Do your homework when deciding on who will be your distributor, agent or partner. The reality is that while you, as an American, are used to moving quickly to do business and trusting your potential distributor/agent/partner does will not reach the same level of trust as quick.
If you are a small business you need to know that your Chinese counterpart will not leave you hanging when you need to make Friday’s payroll. Will marketing costs be divided? Are they willing to have a stake on whether you succeed or fail?
Ask whether your distributor/agent/partner has a strategy: benchmarks of expected sales, how will they sell your product? How much access to the market do they have?
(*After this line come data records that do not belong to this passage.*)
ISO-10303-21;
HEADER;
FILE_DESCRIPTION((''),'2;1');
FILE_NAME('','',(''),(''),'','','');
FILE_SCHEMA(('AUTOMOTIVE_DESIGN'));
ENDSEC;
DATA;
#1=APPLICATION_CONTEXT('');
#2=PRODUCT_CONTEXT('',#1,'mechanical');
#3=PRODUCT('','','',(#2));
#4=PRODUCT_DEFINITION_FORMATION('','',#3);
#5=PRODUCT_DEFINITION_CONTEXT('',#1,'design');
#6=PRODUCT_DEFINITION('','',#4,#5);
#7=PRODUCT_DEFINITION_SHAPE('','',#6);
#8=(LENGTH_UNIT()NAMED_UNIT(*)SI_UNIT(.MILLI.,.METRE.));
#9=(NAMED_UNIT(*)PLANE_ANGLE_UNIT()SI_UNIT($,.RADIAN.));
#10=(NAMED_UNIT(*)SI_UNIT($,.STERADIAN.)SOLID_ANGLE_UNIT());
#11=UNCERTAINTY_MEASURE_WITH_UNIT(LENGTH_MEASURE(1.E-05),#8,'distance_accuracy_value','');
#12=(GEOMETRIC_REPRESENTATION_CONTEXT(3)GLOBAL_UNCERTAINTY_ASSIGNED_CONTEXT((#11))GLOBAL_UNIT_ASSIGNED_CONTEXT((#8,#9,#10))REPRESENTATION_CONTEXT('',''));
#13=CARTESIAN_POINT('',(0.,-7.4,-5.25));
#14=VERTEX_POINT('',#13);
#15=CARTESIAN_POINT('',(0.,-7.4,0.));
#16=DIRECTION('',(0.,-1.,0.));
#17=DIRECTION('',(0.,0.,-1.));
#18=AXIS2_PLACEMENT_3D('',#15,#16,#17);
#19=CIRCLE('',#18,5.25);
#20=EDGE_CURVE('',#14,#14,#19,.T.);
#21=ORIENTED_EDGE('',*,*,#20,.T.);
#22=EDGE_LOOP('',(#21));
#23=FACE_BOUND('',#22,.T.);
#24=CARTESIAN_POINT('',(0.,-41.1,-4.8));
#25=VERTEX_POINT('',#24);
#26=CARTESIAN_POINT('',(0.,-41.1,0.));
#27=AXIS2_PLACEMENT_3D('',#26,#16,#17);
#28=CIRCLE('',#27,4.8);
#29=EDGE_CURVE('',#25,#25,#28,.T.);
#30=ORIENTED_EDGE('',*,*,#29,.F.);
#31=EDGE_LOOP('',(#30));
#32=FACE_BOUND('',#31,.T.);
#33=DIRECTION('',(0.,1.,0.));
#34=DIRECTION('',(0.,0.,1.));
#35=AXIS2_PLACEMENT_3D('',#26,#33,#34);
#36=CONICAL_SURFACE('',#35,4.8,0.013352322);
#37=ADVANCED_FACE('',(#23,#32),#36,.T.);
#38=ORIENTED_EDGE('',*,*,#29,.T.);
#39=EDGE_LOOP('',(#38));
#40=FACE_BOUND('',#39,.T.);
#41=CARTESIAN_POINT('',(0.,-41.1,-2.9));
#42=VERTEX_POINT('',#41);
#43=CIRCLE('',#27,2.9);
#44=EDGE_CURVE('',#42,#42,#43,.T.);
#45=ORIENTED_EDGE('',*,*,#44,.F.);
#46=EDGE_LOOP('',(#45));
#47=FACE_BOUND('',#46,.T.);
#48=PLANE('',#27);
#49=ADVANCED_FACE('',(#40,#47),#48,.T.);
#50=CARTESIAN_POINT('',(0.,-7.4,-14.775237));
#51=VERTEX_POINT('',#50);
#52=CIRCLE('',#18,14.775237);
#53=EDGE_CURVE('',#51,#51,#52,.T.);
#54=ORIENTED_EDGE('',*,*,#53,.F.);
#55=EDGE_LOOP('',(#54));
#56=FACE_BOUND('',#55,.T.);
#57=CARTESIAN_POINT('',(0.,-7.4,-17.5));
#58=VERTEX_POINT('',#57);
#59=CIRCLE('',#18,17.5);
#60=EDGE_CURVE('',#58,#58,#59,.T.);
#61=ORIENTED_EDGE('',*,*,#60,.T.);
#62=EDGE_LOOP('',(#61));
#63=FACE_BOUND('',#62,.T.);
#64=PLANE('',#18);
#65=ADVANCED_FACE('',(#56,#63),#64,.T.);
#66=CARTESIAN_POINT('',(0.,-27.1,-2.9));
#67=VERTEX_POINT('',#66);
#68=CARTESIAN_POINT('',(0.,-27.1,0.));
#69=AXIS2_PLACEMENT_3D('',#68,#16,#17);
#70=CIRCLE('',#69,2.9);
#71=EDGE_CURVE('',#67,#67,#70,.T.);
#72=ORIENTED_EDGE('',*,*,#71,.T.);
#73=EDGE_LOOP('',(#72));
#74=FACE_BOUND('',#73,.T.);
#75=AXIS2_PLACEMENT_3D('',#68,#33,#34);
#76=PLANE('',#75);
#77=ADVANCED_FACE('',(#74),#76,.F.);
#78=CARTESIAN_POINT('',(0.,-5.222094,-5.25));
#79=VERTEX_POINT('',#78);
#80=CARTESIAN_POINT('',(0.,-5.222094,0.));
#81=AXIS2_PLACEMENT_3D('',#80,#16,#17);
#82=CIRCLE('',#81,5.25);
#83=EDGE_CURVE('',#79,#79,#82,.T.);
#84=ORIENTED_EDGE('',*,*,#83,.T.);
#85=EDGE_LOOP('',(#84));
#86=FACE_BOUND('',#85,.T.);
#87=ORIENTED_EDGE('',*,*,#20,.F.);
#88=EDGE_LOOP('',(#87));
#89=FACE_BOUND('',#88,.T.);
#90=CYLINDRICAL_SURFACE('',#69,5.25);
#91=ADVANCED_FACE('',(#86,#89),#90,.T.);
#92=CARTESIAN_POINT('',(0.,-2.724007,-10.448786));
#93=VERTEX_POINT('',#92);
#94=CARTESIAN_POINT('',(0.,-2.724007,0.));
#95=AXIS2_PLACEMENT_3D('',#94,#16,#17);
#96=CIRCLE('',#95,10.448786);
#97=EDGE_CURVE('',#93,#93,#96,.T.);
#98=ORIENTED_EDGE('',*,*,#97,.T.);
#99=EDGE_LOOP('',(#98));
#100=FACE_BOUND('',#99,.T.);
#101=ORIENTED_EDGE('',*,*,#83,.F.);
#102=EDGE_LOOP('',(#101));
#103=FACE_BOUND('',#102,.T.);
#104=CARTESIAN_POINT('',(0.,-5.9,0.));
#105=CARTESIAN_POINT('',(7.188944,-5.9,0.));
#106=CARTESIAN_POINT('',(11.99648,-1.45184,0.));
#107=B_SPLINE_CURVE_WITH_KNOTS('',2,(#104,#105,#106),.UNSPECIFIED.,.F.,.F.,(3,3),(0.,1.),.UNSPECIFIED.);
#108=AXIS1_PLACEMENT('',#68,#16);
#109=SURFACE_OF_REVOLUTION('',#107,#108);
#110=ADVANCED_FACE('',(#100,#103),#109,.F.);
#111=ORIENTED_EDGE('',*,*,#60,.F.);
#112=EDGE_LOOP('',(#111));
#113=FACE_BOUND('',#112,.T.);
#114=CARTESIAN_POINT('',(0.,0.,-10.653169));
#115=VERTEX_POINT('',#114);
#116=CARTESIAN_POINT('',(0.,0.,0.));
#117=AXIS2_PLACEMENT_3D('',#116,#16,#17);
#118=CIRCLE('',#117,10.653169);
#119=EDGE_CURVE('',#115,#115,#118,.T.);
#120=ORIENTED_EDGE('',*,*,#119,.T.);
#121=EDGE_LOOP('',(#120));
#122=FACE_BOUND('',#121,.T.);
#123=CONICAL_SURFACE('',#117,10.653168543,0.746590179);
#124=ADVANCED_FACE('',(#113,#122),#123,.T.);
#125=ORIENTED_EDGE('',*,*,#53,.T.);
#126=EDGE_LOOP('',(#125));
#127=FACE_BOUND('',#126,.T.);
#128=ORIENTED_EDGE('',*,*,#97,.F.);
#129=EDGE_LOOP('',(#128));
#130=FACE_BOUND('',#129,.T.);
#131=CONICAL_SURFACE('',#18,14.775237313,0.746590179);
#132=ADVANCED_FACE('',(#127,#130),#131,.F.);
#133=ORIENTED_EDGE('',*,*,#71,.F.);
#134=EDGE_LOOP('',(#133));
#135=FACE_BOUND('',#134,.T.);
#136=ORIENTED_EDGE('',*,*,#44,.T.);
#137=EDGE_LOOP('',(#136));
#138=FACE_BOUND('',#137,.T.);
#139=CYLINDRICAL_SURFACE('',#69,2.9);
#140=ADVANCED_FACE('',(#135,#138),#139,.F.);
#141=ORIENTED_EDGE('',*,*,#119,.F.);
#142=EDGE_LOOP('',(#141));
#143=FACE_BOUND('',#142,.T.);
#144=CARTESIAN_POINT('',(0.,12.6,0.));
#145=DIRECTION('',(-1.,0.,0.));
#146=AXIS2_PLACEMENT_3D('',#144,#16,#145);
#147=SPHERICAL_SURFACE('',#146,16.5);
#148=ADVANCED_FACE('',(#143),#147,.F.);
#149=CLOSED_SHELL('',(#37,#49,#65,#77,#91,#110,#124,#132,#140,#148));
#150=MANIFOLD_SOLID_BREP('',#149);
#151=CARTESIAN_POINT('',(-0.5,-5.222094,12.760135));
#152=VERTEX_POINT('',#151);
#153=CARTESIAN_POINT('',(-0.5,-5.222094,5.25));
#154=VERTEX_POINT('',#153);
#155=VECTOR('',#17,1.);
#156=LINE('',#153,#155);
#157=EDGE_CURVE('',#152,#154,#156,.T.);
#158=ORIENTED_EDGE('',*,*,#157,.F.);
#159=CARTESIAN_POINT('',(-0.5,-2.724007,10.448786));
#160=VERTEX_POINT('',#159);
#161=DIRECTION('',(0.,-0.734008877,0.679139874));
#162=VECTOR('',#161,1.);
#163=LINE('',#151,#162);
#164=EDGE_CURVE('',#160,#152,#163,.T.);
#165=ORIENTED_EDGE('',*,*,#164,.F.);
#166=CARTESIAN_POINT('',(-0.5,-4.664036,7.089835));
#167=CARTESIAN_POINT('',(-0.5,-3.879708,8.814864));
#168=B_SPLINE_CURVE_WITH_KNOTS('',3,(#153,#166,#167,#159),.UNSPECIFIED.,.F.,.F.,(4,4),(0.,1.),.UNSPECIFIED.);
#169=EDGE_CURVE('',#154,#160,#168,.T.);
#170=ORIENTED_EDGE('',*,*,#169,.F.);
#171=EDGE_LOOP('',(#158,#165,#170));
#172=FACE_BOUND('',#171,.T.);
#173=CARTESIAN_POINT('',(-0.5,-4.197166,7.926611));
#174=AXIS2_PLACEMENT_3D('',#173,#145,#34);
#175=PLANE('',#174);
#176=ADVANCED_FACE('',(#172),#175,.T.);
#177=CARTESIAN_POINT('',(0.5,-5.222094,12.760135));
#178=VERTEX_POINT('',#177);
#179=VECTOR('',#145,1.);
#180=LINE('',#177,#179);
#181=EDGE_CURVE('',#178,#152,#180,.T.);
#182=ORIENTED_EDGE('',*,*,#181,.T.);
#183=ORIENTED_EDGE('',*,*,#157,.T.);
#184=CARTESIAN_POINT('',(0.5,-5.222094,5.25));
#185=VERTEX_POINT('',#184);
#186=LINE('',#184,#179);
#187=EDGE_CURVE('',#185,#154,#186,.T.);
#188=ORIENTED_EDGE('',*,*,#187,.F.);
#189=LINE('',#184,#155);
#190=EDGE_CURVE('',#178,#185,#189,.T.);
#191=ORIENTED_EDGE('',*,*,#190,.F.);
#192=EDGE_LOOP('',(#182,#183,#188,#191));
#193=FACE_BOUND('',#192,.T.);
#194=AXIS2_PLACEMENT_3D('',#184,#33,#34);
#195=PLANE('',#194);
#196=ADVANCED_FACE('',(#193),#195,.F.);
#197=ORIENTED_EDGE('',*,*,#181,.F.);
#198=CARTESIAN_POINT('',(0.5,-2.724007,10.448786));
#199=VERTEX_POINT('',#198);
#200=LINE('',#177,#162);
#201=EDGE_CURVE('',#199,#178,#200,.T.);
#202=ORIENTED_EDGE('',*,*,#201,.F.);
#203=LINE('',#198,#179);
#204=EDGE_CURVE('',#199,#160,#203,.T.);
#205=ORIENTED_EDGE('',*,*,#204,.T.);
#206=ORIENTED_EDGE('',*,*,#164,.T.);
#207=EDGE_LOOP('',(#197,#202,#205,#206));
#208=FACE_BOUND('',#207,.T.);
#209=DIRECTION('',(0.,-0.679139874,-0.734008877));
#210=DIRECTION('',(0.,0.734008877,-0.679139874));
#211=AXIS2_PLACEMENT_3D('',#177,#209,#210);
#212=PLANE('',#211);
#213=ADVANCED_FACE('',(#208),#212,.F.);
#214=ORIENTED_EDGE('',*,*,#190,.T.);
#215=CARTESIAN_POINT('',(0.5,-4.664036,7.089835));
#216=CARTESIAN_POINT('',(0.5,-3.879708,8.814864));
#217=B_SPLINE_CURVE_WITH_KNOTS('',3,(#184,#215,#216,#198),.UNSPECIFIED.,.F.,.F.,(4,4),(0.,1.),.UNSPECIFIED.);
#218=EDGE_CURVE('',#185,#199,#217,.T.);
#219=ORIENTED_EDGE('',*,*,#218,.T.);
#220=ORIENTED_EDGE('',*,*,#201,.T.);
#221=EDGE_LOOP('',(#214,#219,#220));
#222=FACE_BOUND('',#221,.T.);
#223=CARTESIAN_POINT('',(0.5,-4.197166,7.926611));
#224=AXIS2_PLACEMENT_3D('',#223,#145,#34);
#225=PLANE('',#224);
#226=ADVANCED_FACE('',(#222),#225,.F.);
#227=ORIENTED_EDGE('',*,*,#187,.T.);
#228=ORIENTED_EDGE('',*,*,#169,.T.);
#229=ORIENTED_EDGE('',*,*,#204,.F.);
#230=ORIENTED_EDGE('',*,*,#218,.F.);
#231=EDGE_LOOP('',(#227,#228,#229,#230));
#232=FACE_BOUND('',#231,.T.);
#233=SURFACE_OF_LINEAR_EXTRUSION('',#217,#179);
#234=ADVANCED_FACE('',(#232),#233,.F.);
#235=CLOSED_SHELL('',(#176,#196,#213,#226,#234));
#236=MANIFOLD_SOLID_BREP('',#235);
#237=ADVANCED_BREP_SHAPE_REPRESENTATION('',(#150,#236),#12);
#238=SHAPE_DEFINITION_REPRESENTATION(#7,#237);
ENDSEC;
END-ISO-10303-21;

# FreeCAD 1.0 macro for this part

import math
import FreeCAD as App
import Part
import Sketcher
from FreeCAD import Vector

doc = App.newDocument("Part")
body = doc.addObject("PartDesign::Body", "Body")

# Sketch on XY plane
sketch1 = body.newObject("Sketcher::SketchObject", "Sketch")
sketch1.AttachmentSupport = (doc.getObject("XY_Plane"), [""])
sketch1.MapMode = "FlatFace"
sketch1.addGeometry([
    Part.LineSegment(Vector(2.9, -27.1, 0), Vector(2.9, -41.1, 0)),  # 0
    Part.LineSegment(Vector(2.9, -41.1, 0), Vector(4.8, -41.1, 0)),  # 1
    Part.LineSegment(Vector(4.8, -41.1, 0), Vector(5.25, -7.4, 0)),  # 2
    Part.LineSegment(Vector(5.25, -7.4, 0), Vector(5.25, -5.222094, 0)),  # 3
    Part.BSplineCurve([Vector(5.25, -5.222094, 0), Vector(8.095465, -4.432681, 0), Vector(10.448786, -2.724007, 0)], [3, 3], [0.39038626, 0.844986099], False, 2, [1, 1, 1], False),  # 4
    Part.LineSegment(Vector(10.448786, -2.724007, 0), Vector(14.775237, -7.4, 0)),  # 5
    Part.LineSegment(Vector(14.775237, -7.4, 0), Vector(17.5, -7.4, 0)),  # 6
    Part.LineSegment(Vector(17.5, -7.4, 0), Vector(10.653169, 0, 0)),  # 7
    Part.ArcOfCircle(Part.Circle(Vector(0, 12.6, 0), Vector(0, 0, 1), 16.5), math.radians(-90), math.radians(-49.785829)),  # 8
    Part.LineSegment(Vector(0, -3.9, 0), Vector(0, -27.1, 0)),  # 9
    Part.LineSegment(Vector(0, -27.1, 0), Vector(2.9, -27.1, 0)),  # 10
], False)
sketch1.addConstraint([
    Sketcher.Constraint("Block", 4),
    Sketcher.Constraint("Coincident", 0, 2, 1, 1),
    Sketcher.Constraint("Coincident", 1, 2, 2, 1),
    Sketcher.Constraint("Coincident", 2, 2, 3, 1),
    Sketcher.Constraint("Coincident", 3, 2, 4, 1),
    Sketcher.Constraint("Coincident", 4, 2, 5, 1),
    Sketcher.Constraint("Coincident", 5, 2, 6, 1),
    Sketcher.Constraint("Coincident", 6, 2, 7, 1),
    Sketcher.Constraint("Coincident", 7, 2, 8, 2),
    Sketcher.Constraint("Coincident", 8, 1, 9, 1),
    Sketcher.Constraint("Coincident", 9, 2, 10, 1),
    Sketcher.Constraint("Coincident", 10, 2, 0, 1),
    Sketcher.Constraint("Vertical", 0),
    Sketcher.Constraint("Horizontal", 1),
    Sketcher.Constraint("Vertical", 3),
    Sketcher.Constraint("Horizontal", 6),
    Sketcher.Constraint("Vertical", 9),
    Sketcher.Constraint("Horizontal", 10),
    Sketcher.Constraint("PointOnObject", 8, 3, -2),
Are they representing competing or complementary products?
Exclusivity means nothings and signed contract may just be a paper that gets filed and forgotten.
If you are an IT firm and at any point your distributor/agent or/partner says it has high reverse engineering capabilities, you should take a step back and either run for the hills or re-access your options.
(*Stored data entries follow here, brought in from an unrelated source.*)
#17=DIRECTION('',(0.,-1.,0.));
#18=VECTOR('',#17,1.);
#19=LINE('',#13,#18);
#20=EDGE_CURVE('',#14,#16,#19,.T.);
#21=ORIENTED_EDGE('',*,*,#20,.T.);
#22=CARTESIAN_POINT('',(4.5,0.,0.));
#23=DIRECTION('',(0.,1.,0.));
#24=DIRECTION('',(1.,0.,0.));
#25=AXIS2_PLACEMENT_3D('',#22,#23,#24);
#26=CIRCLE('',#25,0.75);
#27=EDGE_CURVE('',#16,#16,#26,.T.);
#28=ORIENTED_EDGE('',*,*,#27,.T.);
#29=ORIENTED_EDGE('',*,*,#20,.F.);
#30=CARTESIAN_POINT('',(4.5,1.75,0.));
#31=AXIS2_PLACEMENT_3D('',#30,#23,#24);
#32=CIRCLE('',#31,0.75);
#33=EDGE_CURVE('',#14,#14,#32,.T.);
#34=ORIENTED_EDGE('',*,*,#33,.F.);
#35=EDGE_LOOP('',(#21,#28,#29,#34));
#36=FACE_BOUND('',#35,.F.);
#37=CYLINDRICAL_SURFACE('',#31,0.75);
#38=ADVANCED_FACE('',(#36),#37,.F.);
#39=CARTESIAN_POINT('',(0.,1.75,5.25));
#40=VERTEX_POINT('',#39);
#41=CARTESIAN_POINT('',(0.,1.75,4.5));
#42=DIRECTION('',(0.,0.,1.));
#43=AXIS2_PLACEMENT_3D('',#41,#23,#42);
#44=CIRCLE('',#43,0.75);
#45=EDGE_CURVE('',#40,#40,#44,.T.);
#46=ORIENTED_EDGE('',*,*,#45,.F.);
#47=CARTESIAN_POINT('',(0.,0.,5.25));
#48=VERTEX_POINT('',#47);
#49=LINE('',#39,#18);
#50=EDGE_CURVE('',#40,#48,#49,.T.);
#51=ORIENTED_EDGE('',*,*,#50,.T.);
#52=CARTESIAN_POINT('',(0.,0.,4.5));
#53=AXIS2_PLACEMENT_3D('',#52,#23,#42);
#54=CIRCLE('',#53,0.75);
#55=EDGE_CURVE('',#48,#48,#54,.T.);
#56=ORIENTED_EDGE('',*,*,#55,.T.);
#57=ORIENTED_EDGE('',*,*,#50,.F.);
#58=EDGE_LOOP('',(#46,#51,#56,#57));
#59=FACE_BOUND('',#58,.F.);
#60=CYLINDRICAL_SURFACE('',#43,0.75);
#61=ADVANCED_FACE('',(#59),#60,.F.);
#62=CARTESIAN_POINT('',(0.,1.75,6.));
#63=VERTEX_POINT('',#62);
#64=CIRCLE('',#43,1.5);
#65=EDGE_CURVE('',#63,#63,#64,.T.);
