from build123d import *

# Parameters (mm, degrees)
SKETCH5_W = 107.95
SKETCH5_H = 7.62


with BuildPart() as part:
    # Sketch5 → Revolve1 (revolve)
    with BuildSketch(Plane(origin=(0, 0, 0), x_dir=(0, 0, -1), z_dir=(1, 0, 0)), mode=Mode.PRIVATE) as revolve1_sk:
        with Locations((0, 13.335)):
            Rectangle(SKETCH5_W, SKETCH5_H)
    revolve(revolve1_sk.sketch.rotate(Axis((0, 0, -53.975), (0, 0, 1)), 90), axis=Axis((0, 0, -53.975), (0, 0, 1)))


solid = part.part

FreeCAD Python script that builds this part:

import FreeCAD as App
import Part
import Sketcher
Q = App.Units.Quantity


def add_polygon(sketch, points):
    """Adds a closed chain of lines whose ends are joined by coincident constraints."""
    first, n = sketch.GeometryCount, len(points)
    for a, b in zip(points, points[1:] + points[:1]):
        sketch.addGeometry(Part.LineSegment(App.Vector(*a, 0), App.Vector(*b, 0)), False)
    for i in range(n):
        sketch.addConstraint(Sketcher.Constraint("Coincident", first + i, 2, first + (i + 1) % n, 1))

doc = App.newDocument("Part")
body = doc.addObject("PartDesign::Body", "Body")

# Sketch on YZ plane
sketch1 = doc.addObject("Sketcher::SketchObject", "Sketch")
body.addObject(sketch1)
sketch1.AttachmentSupport = (doc.YZ_Plane, [""])
sketch1.MapMode = "FlatFace"
add_polygon(sketch1, [(17, 54), (10, 54), (10, -54), (17, -54)])  # lines 0-3
sketch1.addConstraint(Sketcher.Constraint("Horizontal", 0))
sketch1.addConstraint(Sketcher.Constraint("Vertical", 1))
sketch1.addConstraint(Sketcher.Constraint("Horizontal", 2))
sketch1.addConstraint(Sketcher.Constraint("Vertical", 3))
sketch1.addConstraint(Sketcher.Constraint("DistanceX", 0, 2, 0, 1, Q("0.3 in")))
sketch1.addConstraint(Sketcher.Constraint("DistanceY", 1, 2, 1, 1, Q("4.25 in")))
sketch1.addConstraint(Sketcher.Constraint("DistanceX", -1, 1, 0, 2, Q("0.375 in")))
sketch1.addConstraint(Sketcher.Constraint("DistanceY", -1, 1, 0, 2, Q("2.125 in")))
revolution = doc.addObject("PartDesign::Revolution", "Revolution")
body.addObject(revolution)
revolution.Profile = sketch1
revolution.ReferenceAxis = (sketch1, ["V_Axis"])
revolution.Angle = 360

doc.recompute()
Just as you struggle to decide whether the partnership will work for you, your Chinese counterpart will also access whether it will be convenient for him/her. Some of the things he/she will take into account are: Is your product/service of quality? What are your short, medium, and long term goals? How well did your product do in the neighboring markets such as Taiwan or Hong Kong or Singapore? Are you flexible and do you have the capacity to grow if needed?
They will ask you these and many questions because just like you they know the size of the Chinese market and want to do business with someone who can expand and develop accordingly.
Finally, while they will not ask you, they will determine whether you respect their culture and whether you were properly introduced.
Other Things to Know.
- The rewards for successfully entering the Chinese market are great. China is the shining star of the BRIC nations; it is developing fast, investment is increasing daily, infrastructure development is advancing quickly, the size of the market is massive and its luxury goods market is quickly overtaking Japan’s. (By 2017, it will become the second largest luxury goods market after the United States). Get in early when you have less western competition!
- The DSLBD now has an office in Shanghai and can help you create partnership by providing you with the proper introduction. It also organizes trade mission and sets up meetings on your behalf. DSLBD is currently focusing on the green technology and infrastructure sectors.
- To get pay you can either work with one of the banks in the DSLBD network or through the Ex-Im Bank. HSBC also has offices in China and can help in the process of sending and receiving money.
- China has yet to join the World Trade Organization’s Agreement on Government Procurement; therefore, its governing laws are not considered “best practice.”